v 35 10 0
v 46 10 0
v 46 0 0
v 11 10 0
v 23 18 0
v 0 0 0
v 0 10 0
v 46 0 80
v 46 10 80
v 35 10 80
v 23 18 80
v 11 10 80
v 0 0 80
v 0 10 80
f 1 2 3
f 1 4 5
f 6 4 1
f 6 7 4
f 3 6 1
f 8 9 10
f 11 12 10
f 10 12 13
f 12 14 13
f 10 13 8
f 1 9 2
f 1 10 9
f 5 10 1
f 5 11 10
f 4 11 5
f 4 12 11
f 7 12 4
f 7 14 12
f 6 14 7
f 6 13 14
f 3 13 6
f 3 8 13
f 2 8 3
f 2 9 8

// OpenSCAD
$fn = 32;

// ----------------------------------------------------------------------
// V guide rail: vrib, 46 mm wide
// ----------------------------------------------------------------------

// --- parameters (mm) ---
rail_w = 46;              // rail width, X
base_t = 10;              // base plate thickness
v_depth = 8;              // V feature depth / height
v_half_w = 12;            // half width of the V at the base face
plate_t = 80;             // rail length, Z (the extrusion height)

profile = [[0, 0], [46, 0], [46, 10], [35, 10], [23, 18], [11, 10], [0, 10]];  // primary outline, 7 points, counter clockwise

// --- the one profile operation ---
linear_extrude(height = plate_t) polygon(points = profile);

* Problem description *
Every entry above needs to be duplicated exactly.

* Solution to the problem *
v 35 10 0
v 46 10 0
v 46 0 0
v 11 10 0
v 23 18 0
v 0 0 0
v 0 10 0
v 46 0 80
v 46 10 80
v 35 10 80
v 23 18 80
v 11 10 80
v 0 0 80
v 0 10 80
f 1 2 3
f 1 4 5
f 6 4 1
f 6 7 4
f 3 6 1
f 8 9 10
f 11 12 10
f 10 12 13
f 12 14 13
f 10 13 8
f 1 9 2
f 1 10 9
f 5 10 1
f 5 11 10
f 4 11 5
f 4 12 11
f 7 12 4
f 7 14 12
f 6 14 7
f 6 13 14
f 3 13 6
f 3 8 13
f 2 8 3
f 2 9 8

// OpenSCAD
$fn = 32;

// ----------------------------------------------------------------------
// V guide rail: vrib, 46 mm wide
// ----------------------------------------------------------------------

// --- parameters (mm) ---
rail_w = 46;              // rail width, X
base_t = 10;              // base plate thickness
v_depth = 8;              // V feature depth / height
v_half_w = 12;            // half width of the V at the base face
plate_t = 80;             // rail length, Z (the extrusion height)

profile = [[0, 0], [46, 0], [46, 10], [35, 10], [23, 18], [11, 10], [0, 10]];  // primary outline, 7 points, counter clockwise

// --- the one profile operation ---
linear_extrude(height = plate_t) polygon(points = profile);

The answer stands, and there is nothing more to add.